I’m pleased that I’m now old enough to play him!
CC: One of our reasons for doing Dirk Gently was that it hasn’t been done before, but also because it’s great to do new things. It’s great to do a project that we haven’t had on television before. There are a lot of things that have been commissioned that are very marvellous, but they’re often new versions of things we’ve seen before.
There’s nothing more exciting than thinking, “I wonder how this will go.”
The form of Douglas Adams’ writing takes in lots of long sentences that double back on themselves. Surely that aspect was quite difficult to take across.
SM: That’s a good point, and the reason why you need good writers like Howard, who has the guts and the talent to take it by the scruff of the neck and go, “I’m going to make my own version of this.” Because, like you said, you couldn’t simply pick it up and translate it. So, that was our first smart move was to get Howard involved.

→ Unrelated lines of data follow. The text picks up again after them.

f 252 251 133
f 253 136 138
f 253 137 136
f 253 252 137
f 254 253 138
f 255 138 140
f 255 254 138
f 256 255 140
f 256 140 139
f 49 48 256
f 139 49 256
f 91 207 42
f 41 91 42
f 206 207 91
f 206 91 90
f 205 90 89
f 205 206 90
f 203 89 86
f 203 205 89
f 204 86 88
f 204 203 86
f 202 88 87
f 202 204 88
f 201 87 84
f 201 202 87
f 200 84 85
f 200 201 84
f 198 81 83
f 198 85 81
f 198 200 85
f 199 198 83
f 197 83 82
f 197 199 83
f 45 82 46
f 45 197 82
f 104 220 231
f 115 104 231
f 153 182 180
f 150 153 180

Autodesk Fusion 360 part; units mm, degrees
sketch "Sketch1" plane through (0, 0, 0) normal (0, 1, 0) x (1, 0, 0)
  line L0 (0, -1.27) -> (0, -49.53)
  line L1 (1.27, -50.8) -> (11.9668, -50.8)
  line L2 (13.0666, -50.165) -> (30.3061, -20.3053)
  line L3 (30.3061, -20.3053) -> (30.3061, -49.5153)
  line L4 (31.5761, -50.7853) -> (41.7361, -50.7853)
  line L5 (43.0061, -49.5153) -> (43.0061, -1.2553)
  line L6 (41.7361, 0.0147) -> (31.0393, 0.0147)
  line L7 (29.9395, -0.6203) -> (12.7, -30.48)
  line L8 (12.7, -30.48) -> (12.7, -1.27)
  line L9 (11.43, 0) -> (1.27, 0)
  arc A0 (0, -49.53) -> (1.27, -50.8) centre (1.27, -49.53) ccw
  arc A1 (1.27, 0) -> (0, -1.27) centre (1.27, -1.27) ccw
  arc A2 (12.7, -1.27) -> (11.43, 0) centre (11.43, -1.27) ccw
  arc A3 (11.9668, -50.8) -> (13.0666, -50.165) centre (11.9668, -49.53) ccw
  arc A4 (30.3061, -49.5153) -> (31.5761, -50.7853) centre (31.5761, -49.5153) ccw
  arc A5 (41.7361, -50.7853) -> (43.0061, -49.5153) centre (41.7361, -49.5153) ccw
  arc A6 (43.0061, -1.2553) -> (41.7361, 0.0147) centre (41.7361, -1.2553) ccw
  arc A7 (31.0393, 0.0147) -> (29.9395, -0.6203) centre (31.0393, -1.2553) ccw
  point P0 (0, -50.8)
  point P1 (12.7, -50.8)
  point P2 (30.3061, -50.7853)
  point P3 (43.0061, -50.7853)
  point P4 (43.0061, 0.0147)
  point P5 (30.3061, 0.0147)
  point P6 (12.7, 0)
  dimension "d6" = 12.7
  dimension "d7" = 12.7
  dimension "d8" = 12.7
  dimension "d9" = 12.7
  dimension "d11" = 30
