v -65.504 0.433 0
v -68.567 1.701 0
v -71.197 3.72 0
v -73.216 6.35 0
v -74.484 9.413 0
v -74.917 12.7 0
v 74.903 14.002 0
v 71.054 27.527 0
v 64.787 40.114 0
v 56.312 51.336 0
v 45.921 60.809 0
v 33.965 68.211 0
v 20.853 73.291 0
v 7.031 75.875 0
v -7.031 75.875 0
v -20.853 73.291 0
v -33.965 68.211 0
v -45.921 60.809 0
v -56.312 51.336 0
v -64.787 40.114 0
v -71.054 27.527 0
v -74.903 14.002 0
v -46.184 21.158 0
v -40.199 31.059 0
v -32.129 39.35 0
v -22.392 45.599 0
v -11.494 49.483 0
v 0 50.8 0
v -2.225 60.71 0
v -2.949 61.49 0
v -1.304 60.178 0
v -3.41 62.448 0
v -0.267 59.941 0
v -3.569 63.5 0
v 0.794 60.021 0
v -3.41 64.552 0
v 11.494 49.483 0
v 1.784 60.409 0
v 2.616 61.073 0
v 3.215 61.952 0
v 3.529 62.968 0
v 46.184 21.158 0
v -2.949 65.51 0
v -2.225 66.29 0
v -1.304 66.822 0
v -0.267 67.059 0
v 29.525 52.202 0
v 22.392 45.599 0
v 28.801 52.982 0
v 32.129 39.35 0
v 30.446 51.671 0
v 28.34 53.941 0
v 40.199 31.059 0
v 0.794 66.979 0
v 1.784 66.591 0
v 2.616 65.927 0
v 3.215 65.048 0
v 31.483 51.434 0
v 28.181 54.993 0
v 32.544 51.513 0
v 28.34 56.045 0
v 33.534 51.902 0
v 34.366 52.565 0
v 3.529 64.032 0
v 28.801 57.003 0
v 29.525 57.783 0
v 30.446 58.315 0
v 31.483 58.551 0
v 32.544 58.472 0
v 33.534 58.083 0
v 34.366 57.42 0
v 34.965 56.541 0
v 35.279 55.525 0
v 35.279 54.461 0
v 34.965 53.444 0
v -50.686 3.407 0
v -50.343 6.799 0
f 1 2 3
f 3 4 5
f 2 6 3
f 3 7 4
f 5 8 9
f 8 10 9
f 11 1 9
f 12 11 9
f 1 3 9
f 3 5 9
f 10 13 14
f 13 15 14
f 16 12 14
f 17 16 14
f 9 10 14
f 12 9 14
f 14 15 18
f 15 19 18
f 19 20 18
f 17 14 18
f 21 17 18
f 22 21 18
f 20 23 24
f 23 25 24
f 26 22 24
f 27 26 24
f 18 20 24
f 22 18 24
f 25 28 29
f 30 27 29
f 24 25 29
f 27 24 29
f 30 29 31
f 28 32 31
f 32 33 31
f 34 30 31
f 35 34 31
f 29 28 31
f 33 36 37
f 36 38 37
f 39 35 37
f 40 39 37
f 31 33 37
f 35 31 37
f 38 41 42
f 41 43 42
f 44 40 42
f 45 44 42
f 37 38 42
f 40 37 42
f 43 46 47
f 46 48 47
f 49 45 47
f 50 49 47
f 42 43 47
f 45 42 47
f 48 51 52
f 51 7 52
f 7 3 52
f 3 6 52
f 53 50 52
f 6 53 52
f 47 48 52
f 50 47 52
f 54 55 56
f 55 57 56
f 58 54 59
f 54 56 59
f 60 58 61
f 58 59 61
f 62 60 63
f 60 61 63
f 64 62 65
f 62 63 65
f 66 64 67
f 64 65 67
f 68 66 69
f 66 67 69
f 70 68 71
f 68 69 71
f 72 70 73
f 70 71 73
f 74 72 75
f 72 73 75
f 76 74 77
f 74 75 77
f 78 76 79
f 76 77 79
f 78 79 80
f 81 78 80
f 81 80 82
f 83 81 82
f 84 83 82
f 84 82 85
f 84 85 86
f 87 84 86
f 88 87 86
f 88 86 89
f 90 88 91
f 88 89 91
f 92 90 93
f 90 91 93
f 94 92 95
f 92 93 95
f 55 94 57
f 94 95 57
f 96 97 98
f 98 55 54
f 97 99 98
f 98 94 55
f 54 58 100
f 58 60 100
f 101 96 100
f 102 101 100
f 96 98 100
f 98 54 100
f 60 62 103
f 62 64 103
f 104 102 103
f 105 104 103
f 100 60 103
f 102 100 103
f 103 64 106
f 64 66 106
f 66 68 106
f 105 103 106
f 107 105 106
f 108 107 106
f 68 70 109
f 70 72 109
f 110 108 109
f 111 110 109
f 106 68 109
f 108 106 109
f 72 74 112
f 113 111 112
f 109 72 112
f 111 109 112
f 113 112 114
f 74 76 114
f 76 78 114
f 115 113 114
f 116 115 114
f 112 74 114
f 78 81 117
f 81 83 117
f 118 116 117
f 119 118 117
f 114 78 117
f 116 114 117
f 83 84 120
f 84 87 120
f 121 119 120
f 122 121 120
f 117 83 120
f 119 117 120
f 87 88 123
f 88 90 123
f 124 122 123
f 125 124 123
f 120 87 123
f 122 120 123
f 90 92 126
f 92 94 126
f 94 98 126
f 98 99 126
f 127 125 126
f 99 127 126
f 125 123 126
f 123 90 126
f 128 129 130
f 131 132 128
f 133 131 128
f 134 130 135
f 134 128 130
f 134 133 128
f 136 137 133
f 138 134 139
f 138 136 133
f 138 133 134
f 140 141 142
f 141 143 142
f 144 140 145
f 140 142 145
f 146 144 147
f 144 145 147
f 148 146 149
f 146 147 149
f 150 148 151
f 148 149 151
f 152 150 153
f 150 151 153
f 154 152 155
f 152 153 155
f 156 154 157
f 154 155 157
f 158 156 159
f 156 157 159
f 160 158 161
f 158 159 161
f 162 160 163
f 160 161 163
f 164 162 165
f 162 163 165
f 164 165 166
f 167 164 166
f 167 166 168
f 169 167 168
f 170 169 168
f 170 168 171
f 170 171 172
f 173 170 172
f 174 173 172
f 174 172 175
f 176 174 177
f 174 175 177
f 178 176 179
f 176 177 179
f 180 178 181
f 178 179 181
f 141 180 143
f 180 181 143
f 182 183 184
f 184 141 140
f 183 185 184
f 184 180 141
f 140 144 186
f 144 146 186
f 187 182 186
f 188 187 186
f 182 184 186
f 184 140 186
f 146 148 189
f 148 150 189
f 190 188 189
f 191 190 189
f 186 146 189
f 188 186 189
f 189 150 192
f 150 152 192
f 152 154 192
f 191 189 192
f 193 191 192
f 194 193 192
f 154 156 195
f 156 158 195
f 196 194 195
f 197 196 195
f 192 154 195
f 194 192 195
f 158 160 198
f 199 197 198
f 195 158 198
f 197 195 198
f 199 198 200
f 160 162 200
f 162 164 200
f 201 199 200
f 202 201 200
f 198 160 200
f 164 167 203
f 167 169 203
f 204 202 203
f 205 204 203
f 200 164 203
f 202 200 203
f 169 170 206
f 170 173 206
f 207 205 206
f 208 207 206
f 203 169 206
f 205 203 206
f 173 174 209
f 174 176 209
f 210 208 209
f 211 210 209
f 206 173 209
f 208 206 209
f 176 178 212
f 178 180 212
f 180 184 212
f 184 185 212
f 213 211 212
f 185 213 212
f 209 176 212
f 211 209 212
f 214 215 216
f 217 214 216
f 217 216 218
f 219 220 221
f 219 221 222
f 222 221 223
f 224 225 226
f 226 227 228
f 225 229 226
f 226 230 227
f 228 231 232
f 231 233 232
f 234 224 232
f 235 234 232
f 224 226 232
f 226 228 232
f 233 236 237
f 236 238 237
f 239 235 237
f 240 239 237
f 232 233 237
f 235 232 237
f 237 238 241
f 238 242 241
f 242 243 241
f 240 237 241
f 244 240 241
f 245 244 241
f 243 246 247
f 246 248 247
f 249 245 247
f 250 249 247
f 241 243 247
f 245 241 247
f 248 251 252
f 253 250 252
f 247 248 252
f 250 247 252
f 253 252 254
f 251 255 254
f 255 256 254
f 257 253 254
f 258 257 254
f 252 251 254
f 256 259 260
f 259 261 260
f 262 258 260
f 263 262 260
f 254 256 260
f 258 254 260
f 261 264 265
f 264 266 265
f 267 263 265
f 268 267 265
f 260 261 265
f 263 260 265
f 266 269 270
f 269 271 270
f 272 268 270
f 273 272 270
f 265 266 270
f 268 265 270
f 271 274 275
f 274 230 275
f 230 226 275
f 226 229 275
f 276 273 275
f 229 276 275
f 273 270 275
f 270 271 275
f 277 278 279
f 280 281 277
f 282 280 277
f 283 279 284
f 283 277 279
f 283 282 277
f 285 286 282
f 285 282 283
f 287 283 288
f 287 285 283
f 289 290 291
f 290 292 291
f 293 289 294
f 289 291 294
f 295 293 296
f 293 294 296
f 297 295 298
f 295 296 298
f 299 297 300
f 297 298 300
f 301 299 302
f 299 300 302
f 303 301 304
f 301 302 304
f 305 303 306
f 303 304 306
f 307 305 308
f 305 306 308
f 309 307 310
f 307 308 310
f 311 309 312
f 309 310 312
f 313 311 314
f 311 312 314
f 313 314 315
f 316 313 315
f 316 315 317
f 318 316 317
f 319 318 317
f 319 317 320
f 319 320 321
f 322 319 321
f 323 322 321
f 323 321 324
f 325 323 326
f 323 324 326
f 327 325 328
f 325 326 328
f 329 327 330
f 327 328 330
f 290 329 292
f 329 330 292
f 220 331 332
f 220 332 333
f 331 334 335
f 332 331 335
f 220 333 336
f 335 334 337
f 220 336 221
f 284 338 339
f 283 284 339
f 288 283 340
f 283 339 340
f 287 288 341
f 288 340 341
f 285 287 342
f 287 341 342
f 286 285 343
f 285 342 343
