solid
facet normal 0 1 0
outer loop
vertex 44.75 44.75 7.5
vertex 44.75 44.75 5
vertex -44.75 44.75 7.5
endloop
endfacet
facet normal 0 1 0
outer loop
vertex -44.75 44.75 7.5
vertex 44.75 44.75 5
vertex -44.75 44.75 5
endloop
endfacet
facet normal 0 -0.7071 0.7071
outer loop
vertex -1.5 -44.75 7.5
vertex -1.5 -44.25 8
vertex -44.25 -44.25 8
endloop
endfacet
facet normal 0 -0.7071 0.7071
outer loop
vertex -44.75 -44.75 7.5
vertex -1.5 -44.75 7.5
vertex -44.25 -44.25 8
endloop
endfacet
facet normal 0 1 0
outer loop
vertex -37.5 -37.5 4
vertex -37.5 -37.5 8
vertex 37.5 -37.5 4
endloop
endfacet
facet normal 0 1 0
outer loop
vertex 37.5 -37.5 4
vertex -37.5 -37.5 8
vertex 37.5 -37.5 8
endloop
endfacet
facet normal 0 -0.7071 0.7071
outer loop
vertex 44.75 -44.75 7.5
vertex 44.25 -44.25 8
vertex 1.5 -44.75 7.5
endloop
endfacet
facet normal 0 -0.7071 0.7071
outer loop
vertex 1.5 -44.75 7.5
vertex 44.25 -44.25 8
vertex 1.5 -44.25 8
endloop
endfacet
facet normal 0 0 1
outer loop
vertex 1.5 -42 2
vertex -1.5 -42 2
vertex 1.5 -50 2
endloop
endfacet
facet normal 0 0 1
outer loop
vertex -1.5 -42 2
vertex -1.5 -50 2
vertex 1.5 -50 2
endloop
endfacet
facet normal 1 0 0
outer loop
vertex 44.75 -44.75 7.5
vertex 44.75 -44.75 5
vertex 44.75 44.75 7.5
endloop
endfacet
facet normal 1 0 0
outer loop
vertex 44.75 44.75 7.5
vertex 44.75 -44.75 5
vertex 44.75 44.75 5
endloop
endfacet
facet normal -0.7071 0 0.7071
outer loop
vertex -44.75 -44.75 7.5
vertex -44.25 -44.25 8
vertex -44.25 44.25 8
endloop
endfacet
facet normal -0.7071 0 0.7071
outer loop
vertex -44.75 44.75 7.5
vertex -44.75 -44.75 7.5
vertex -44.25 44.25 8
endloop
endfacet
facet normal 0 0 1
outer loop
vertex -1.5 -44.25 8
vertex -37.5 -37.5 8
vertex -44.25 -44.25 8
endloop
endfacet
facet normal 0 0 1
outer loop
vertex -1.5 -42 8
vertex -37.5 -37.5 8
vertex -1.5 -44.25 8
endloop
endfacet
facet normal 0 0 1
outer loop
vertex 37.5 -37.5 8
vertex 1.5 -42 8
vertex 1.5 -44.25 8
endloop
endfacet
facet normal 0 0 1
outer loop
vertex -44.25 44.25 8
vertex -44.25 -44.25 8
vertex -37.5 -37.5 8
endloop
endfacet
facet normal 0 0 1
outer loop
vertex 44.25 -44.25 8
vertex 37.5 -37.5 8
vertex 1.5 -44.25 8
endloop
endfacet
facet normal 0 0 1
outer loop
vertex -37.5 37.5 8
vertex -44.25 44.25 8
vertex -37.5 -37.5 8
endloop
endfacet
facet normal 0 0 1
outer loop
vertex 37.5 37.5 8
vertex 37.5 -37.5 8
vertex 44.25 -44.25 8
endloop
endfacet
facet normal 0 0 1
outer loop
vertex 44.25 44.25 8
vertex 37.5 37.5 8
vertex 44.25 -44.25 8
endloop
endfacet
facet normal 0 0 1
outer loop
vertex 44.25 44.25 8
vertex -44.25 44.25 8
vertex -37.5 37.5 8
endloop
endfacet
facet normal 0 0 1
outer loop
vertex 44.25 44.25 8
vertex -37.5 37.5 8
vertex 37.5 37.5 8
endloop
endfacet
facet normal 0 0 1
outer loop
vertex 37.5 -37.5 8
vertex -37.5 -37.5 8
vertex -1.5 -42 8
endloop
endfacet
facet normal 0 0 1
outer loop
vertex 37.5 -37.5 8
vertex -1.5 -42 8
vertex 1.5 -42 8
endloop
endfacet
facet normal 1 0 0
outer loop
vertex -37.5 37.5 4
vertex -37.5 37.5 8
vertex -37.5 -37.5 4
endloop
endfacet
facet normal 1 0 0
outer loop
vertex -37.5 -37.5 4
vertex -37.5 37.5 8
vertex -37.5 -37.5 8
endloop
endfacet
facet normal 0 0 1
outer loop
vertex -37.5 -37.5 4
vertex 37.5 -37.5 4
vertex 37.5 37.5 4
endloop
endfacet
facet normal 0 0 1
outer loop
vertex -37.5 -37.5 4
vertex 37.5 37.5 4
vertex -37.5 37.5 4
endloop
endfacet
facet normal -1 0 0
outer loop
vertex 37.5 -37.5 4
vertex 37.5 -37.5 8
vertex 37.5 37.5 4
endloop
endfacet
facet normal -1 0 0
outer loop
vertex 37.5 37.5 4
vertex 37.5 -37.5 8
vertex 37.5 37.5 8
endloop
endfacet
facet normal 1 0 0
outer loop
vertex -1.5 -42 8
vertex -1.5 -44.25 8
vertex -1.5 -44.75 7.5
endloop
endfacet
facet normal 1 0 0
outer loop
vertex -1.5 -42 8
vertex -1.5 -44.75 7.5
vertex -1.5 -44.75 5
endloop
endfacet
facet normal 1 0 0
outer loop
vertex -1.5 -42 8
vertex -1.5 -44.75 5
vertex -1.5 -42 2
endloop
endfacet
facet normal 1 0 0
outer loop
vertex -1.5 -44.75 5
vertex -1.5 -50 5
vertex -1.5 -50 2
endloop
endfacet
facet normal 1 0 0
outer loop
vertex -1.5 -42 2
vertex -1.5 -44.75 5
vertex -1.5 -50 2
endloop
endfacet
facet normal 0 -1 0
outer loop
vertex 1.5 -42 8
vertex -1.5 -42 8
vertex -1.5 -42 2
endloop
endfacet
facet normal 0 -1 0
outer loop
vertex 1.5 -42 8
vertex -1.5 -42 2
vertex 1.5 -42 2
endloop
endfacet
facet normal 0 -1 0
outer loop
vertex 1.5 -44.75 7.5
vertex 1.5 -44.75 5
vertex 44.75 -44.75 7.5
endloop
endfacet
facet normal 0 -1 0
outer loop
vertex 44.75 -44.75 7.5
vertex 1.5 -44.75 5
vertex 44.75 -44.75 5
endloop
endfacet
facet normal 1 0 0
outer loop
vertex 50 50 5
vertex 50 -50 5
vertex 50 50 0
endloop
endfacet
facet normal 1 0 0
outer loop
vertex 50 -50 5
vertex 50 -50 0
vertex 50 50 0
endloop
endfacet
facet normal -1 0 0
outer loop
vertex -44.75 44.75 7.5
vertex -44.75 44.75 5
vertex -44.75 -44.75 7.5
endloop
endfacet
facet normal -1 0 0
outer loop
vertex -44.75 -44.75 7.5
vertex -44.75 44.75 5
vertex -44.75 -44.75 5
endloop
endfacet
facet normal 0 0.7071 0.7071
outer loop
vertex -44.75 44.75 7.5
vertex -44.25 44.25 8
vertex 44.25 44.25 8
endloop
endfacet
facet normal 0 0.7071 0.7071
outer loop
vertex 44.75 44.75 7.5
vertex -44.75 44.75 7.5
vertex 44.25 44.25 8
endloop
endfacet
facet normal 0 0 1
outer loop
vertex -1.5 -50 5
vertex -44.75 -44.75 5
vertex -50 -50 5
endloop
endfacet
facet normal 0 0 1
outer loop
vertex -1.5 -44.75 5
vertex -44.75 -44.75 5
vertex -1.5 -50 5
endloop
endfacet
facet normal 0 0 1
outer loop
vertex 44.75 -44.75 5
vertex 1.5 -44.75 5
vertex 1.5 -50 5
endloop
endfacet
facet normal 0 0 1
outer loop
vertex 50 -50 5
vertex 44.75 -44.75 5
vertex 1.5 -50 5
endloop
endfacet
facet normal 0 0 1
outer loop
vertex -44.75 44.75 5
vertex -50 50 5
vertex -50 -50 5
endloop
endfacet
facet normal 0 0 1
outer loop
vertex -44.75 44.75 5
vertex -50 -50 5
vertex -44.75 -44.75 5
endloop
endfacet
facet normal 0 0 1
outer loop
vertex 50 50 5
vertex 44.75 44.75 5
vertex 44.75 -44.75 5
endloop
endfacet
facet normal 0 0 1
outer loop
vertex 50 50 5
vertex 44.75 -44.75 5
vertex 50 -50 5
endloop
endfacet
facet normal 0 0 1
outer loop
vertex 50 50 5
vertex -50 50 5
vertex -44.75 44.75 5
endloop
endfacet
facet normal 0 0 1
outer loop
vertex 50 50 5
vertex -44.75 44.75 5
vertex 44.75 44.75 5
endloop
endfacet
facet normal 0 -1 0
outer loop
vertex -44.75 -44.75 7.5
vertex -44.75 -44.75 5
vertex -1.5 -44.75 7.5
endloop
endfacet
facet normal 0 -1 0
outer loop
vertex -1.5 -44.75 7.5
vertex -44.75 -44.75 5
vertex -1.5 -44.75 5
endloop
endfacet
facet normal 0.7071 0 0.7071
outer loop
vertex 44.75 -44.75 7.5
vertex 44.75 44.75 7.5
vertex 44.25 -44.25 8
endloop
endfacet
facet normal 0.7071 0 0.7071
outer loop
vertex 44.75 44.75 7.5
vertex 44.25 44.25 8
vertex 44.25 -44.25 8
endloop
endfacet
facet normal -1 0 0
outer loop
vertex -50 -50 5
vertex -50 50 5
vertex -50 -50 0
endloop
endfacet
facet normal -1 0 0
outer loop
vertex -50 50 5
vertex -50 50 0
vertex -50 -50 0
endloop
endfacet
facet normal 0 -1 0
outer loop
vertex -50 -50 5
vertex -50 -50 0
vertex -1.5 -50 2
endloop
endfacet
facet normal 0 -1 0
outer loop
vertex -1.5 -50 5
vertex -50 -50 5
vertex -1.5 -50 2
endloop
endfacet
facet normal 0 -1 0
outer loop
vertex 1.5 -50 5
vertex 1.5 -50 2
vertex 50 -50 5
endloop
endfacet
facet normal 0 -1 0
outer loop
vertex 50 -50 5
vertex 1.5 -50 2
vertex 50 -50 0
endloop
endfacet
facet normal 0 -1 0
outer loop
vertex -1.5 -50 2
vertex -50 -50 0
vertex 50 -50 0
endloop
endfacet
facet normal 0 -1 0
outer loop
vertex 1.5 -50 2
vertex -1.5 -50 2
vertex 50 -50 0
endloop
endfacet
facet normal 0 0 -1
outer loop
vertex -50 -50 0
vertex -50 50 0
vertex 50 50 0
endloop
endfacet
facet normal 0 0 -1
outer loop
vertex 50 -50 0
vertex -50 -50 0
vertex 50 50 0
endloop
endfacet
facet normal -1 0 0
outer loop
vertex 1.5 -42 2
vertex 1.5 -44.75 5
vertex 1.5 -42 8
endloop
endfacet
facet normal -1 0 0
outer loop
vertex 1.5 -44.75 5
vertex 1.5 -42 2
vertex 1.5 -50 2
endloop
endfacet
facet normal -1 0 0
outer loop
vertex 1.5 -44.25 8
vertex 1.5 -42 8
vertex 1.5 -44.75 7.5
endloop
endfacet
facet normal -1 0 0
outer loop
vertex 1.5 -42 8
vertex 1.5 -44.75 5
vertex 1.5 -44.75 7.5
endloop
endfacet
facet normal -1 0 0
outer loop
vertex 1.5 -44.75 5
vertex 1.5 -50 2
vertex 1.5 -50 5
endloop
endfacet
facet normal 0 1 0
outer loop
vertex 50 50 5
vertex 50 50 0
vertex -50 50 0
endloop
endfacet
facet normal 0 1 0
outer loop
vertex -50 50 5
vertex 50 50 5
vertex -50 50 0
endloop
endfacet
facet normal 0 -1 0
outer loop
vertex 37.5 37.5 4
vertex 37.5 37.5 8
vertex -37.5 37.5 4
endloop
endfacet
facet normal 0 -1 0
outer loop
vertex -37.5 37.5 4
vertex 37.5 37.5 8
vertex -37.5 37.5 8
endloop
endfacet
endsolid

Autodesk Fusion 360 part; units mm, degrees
sketch "Sketch1" plane through (0, 0, 0) normal (0, 0, 1) x (1, 0, 0)
  line L0 (50, 50) -> (-50, 50)
  line L1 (-50, 50) -> (-50, -50)
  line L2 (-50, -50) -> (50, -50)
  line L3 (50, -50) -> (50, 50)
  line L4 (50, 50) -> (-50, -50) construction
  line L5 (-50, 50) -> (50, -50) construction
  line L6 (44.75, 44.75) -> (-44.75, 44.75)
  line L7 (-44.75, 44.75) -> (-44.75, -44.75)
  line L8 (-44.75, -44.75) -> (44.75, -44.75)
  line L9 (44.75, -44.75) -> (44.75, 44.75)
  line L10 (44.75, 44.75) -> (-44.75, -44.75) construction
  line L11 (-44.75, 44.75) -> (44.75, -44.75) construction
  dimension "d1" = 89.5
  dimension "d12" = 89.5
extrude "Extrude1" add sketch "Sketch1" along normal blind 5
extrude "Extrude2" add sketch "Sketch1" along normal blind 8 contours L6 L7 L8 L9
sketch "Sketch2" plane through (0, -50, 0) normal (0, -1, 0) x (1, 0, 0)
  line L0 (-50, 0) -> (50, 0)
  line L1 (50, 0) -> (50, 5)
  line L2 (50, 5) -> (-50, 5)
  line L3 (-50, 5) -> (-50, 0)
  line L4 (1.5, 8) -> (-1.5, 8)
  line L5 (-1.5, 8) -> (-1.5, 2)
  line L6 (-1.5, 2) -> (1.5, 2)
  line L7 (1.5, 2) -> (1.5, 8)
  line L8 (1.5, 8) -> (-1.5, 2) construction
  line L9 (-1.5, 8) -> (1.5, 2) construction
  point P0 (0, 5)
  dimension "d6" = 6
  dimension "d7" = 3
extrude "Extrude3" cut sketch "Sketch2" against normal blind 8 contours L2 L4 L5 L7 | L2 L5 L6 L7
chamfer "Chamfer1" distance 0.5 angle 45 4 edges at (-23.125, -44.75, 8) (-44.75, 0, 8) (23.125, -44.75, 8) (44.75, 0, 8)
chamfer "Chamfer1" distance 0.5 angle 45 1 edges at (0, 44.75, 8)
sketch "Sketch3" plane through (0, 0, 8) normal (0, 0, 1) x (-1, 0, 0)
  line L0 (44.25, 44.25) -> (1.5, 44.25)
  line L1 (1.5, 44.25) -> (1.5, 42)
  line L2 (1.5, 42) -> (-1.5, 42)
  line L3 (-1.5, 42) -> (-1.5, 44.25)
  line L4 (-1.5, 44.25) -> (-44.25, 44.25)
  line L5 (-44.25, 44.25) -> (-44.25, -44.25)
  line L6 (-44.25, -44.25) -> (44.25, -44.25)
  line L7 (44.25, -44.25) -> (44.25, 44.25)
  line L8 (-37.5, -37.5) -> (37.5, -37.5)
  line L9 (37.5, -37.5) -> (37.5, 37.5)
  line L10 (37.5, 37.5) -> (-37.5, 37.5)
  line L11 (-37.5, 37.5) -> (-37.5, -37.5)
  line L12 (-37.5, -37.5) -> (37.5, 37.5) construction
  line L13 (37.5, -37.5) -> (-37.5, 37.5) construction
  dimension "d13" = 75
  dimension "d14" = 75
extrude "Extrude4" cut sketch "Sketch3" against normal blind 4 contours L8 L9 L10 L11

Adams always said the problem with trying to write a plot was that his characters would take on a life of their own, and say, “I don’t want to do it that way. I want to have a drink somewhere…”
SM: And didn’t he often write without knowing where the story would go next? Particularly the early ones.
Was Dirk Gently all filmed in London?
SM: London and other planets. No, it was all filmed in London.
HB: No it wasn’t! [laughs]
SM: Oh, no. It was Bristol. We’re in London now. There’s no real difference. It’s all connected. [laughs]
Stephen Mangan, Helen Baxendale, Darren Boyd, and Chris Carey, thank you very much!